Right, correct choise of number of segments per coordinate based
on the length of bounding box in each dimension and maximum error
desired in the quantification
Step 3 : codification
There are many ways to encode the geometry and connectivity of the mesh. I'll describe the methods I used in Paradise, Kinderplomber and Stilletto, which are improvements of the method right before it. The metric to compare the different methods is the number of bytes required to store the model normalized to the number of triangles in the model (2 per quad):
Method 1 (Paradise)  2.8 bytes per triangle
This is the baseline, no effort is really done into exploiting redundancy, except for separating each data channel in a different stream:
 for each vertex
 write the x coordinate
 for each vertex
 write the y coordinate
 for each vertex
 write the z coordinate
 for each quad
 write vertex 0 ID
 write vertex 1 ID
 write vertex 2 ID
 write vertex 3 ID
Method 2 (Kinderplomber and 195/95/256)  2.4 bytes per triangle
Some (poor) geometric redundancy is extracted by computing vertex deltas (difference between the current vertex being encoded and the previous one). The connectivity is still raw data (in streams):
 for each vertex
 write the difference of x coordinate with respect to the previous vertex
 for each vertex
 write the difference of y coordinate with respect to the previous vertex
 for each vertex
 write the difference of z coordinate with respect to the previous vertex
 for each quad
 write the difference of vertex 0 ID with respect to previous vertex ID
 write the difference of vertex 1 ID with respect to previous vertex ID
 write the difference of vertex 2 ID with respect to previous vertex ID
 write the difference of vertex 3 ID with respect to previous vertex ID
Method 3 (Stiletto)  1.8 bytes per triangle
The method in Stiletto was the most complex of all. Since geometry and connectivity are related (vertices connected together by and edge are likelly to be closer to each other that vertices that are not connected by an edge), I chose to encode both simultanteously (but not together). The first step was to segmentate the mesh in quadstrips (a series of connected quadrilateral). Each quad in the strip requires only 2 vertexID rather than 4 (except for the first one of each strip). As the strips are iterated, the vertex IDs are output and also the vertex coordinates. If the vertex is a new one, it is simply output. If the vertex has been serialized before (perhaps by another strip), then only the connectivity is stored, but not the vertex coordinates (and data). Therefore there's one stream of vertex IDs for connectivity, one stream of binary flags of visited/unvisited vertices, and then as many streams of vertex data as channels are in the vertex format.

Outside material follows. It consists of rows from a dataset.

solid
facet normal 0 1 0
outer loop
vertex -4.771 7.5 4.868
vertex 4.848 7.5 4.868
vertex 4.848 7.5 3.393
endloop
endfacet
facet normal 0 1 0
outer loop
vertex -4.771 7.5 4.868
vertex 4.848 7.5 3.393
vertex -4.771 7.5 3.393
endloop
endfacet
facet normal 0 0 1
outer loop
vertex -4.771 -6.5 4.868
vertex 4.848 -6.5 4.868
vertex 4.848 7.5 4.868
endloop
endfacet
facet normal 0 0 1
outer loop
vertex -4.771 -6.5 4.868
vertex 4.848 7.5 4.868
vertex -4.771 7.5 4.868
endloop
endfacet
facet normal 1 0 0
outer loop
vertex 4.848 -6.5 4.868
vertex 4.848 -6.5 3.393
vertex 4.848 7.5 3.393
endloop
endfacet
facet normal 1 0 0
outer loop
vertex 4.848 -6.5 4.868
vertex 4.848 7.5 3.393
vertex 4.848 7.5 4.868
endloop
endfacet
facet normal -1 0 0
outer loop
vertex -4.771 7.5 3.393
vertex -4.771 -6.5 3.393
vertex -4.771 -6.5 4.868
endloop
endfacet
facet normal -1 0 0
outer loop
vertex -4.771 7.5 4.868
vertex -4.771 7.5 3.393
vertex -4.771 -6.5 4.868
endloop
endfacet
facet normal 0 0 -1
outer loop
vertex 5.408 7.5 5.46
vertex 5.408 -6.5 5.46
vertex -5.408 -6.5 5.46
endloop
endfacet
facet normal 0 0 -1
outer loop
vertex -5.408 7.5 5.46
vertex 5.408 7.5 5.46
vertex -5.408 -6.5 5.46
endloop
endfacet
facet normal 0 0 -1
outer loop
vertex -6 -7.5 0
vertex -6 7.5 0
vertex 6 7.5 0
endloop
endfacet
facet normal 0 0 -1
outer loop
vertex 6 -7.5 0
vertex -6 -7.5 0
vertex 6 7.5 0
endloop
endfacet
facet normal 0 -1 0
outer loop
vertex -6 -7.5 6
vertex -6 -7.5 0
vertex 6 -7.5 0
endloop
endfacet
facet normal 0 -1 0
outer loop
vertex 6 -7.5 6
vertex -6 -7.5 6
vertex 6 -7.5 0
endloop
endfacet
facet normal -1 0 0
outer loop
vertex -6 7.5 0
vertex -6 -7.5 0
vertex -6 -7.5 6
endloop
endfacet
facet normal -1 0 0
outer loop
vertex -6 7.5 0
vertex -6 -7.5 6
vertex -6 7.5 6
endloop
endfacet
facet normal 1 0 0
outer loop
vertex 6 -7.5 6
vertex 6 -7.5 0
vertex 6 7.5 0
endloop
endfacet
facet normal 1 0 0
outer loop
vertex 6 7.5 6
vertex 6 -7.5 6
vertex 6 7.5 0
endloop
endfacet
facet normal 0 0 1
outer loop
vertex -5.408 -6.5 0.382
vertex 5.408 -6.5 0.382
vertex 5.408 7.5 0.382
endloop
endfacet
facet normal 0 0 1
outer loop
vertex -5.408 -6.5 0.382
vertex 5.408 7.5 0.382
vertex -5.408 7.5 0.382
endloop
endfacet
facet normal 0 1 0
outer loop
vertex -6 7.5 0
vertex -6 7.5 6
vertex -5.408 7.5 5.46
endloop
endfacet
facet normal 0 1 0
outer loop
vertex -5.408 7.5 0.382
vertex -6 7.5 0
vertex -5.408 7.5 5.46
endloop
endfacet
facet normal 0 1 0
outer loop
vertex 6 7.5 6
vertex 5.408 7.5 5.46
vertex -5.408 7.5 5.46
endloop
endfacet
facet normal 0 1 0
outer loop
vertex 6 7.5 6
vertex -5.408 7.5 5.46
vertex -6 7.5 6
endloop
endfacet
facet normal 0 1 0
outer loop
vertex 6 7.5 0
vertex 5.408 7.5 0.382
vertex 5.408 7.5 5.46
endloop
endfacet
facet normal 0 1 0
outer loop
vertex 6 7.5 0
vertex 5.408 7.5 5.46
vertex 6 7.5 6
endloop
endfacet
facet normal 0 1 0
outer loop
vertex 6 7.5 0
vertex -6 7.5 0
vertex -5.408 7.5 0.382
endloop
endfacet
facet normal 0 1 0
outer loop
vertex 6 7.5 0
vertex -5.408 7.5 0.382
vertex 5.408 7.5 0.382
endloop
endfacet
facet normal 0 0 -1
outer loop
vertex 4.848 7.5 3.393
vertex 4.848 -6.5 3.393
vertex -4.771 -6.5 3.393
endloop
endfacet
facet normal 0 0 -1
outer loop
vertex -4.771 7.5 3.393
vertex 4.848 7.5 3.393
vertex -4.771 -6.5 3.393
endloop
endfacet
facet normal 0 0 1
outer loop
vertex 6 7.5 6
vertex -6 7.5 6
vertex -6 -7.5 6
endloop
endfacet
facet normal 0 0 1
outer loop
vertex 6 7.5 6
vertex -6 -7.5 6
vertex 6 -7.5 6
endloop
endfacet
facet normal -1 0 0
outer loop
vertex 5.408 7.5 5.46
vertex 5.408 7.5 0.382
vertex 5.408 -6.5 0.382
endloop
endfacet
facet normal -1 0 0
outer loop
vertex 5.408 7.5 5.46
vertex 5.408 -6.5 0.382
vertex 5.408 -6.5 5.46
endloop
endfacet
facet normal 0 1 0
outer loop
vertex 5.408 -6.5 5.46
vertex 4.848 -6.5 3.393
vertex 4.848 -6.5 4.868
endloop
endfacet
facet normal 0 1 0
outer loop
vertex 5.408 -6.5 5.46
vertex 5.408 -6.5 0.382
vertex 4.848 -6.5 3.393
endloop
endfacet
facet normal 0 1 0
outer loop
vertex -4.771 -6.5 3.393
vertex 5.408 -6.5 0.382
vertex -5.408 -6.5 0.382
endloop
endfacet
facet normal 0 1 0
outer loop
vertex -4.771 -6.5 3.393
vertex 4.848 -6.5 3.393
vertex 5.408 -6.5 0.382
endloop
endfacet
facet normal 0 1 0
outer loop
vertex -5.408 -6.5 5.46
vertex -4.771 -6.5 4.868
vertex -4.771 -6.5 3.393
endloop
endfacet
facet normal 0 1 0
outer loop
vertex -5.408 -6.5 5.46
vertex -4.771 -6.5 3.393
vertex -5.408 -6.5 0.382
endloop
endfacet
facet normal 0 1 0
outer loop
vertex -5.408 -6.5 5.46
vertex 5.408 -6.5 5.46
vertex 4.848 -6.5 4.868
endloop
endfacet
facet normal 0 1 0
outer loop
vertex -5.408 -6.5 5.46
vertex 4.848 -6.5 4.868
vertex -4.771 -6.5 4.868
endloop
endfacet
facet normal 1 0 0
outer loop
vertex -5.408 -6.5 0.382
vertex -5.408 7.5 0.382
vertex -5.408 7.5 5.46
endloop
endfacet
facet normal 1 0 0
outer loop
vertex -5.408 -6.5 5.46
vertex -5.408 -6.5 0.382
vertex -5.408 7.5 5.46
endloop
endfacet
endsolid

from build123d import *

# Parameters (mm, degrees)
F0_W     = 12
F0_H     = 15
F1_DEPTH = 6
F2_W     = 10.816304
F2_H     = 5.077495
F3_DEPTH = 14
F4_W     = 9.618904
F4_H     = 1.474254
F5_DEPTH = 14


with BuildPart() as f1:
    # F0 (on Top) → F1 (new body)
    with BuildSketch(Plane.XY):
        Rectangle(F0_W, F0_H)
    extrude(amount=F1_DEPTH)

    # F2 (on face) → F3 (cut)
    with BuildSketch(Plane(origin=(0, 7.5, 0), x_dir=(-1, 0, 0), z_dir=(0, 1, 0))):
        with Locations((0, 2.921203)):
            Rectangle(F2_W, F2_H)
    extrude(amount=-F3_DEPTH, mode=Mode.SUBTRACT)

    # F4 (on face) → F5 (join)
    with BuildSketch(Plane(origin=(0, -6.5, 0), x_dir=(-1, 0, 0), z_dir=(0, 1, 0))):
        with Locations((-0.038077, 4.130425)):
            Rectangle(F4_W, F4_H)
    extrude(amount=F5_DEPTH)


solid = f1.part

On top of that, instead of using a simple delta coding of vertex coordinates (the context of the delta being different for each data channel in the vertex format), Stiletto used parallelogram prediction schema, where each polygon is assumed to be close to a parallelogram (where DC = BA), and only the deviation or error is encoded (e = D'D):
With all the pieces together, the encoging steps are as follow:
 for each strip
 write length of strip
 for each strip
 encode( vertex 0 )
 encode( vertex 1 )
 each quad in the srip
 encode( vertex 2 )
 encode( vertex 3 )
 write vertex visited
 if vertex visited
 write vertex 0 ID
 else

 write vertex coordinate x error from parallelogram
 write vertex coordinate y error from parallelogram
 write vertex coordinate z error from parallelogram
Overall the code complexity is a little bit bigger than the first and second method, but the gains are important. Compare how the old and new method encode the same 11 polygons:
Method 1:
quads: { 0, 1, 2, 3, 2, 3, 5, 4, 4, 5, 7, 6, 6, 7, 9, 8, 8, 9, 11, 10, 12, 13, 15, 14, 14, 15, 17, 16, 16, 17, 4, 18, 18, 4, 6, 19, 19, 6, 8, 20, 20, 8, 10, 21 }
Method 2:
quads: { 0, 1, 1, 1, 1, 1, 2, 1, 0, 1, 2, 1, 0, 1, 2, 1, 0, 1, 2, 1, 2, 1, 2, 1, 0, 1, 2, 1, 0, 1, 13, 14, 0, 14, 2, 13, 0, 13, 2, 12, 0, 12, 2, 11 }
Method 3:
visited: { 0,0,0,0,0,0,0,0,0,0,0,0,0,0,0,0,0,0,1,0,1,0,1,0,1,0 }
strips: { 5, 7, 9, 11 }
The method 3 not only is shorter, but the stream of "visited" is going to be encoded in less that one bit. So basically, with the third method the conectivity becomes pretty much irrelevant in comparison with the encoding of the geometry.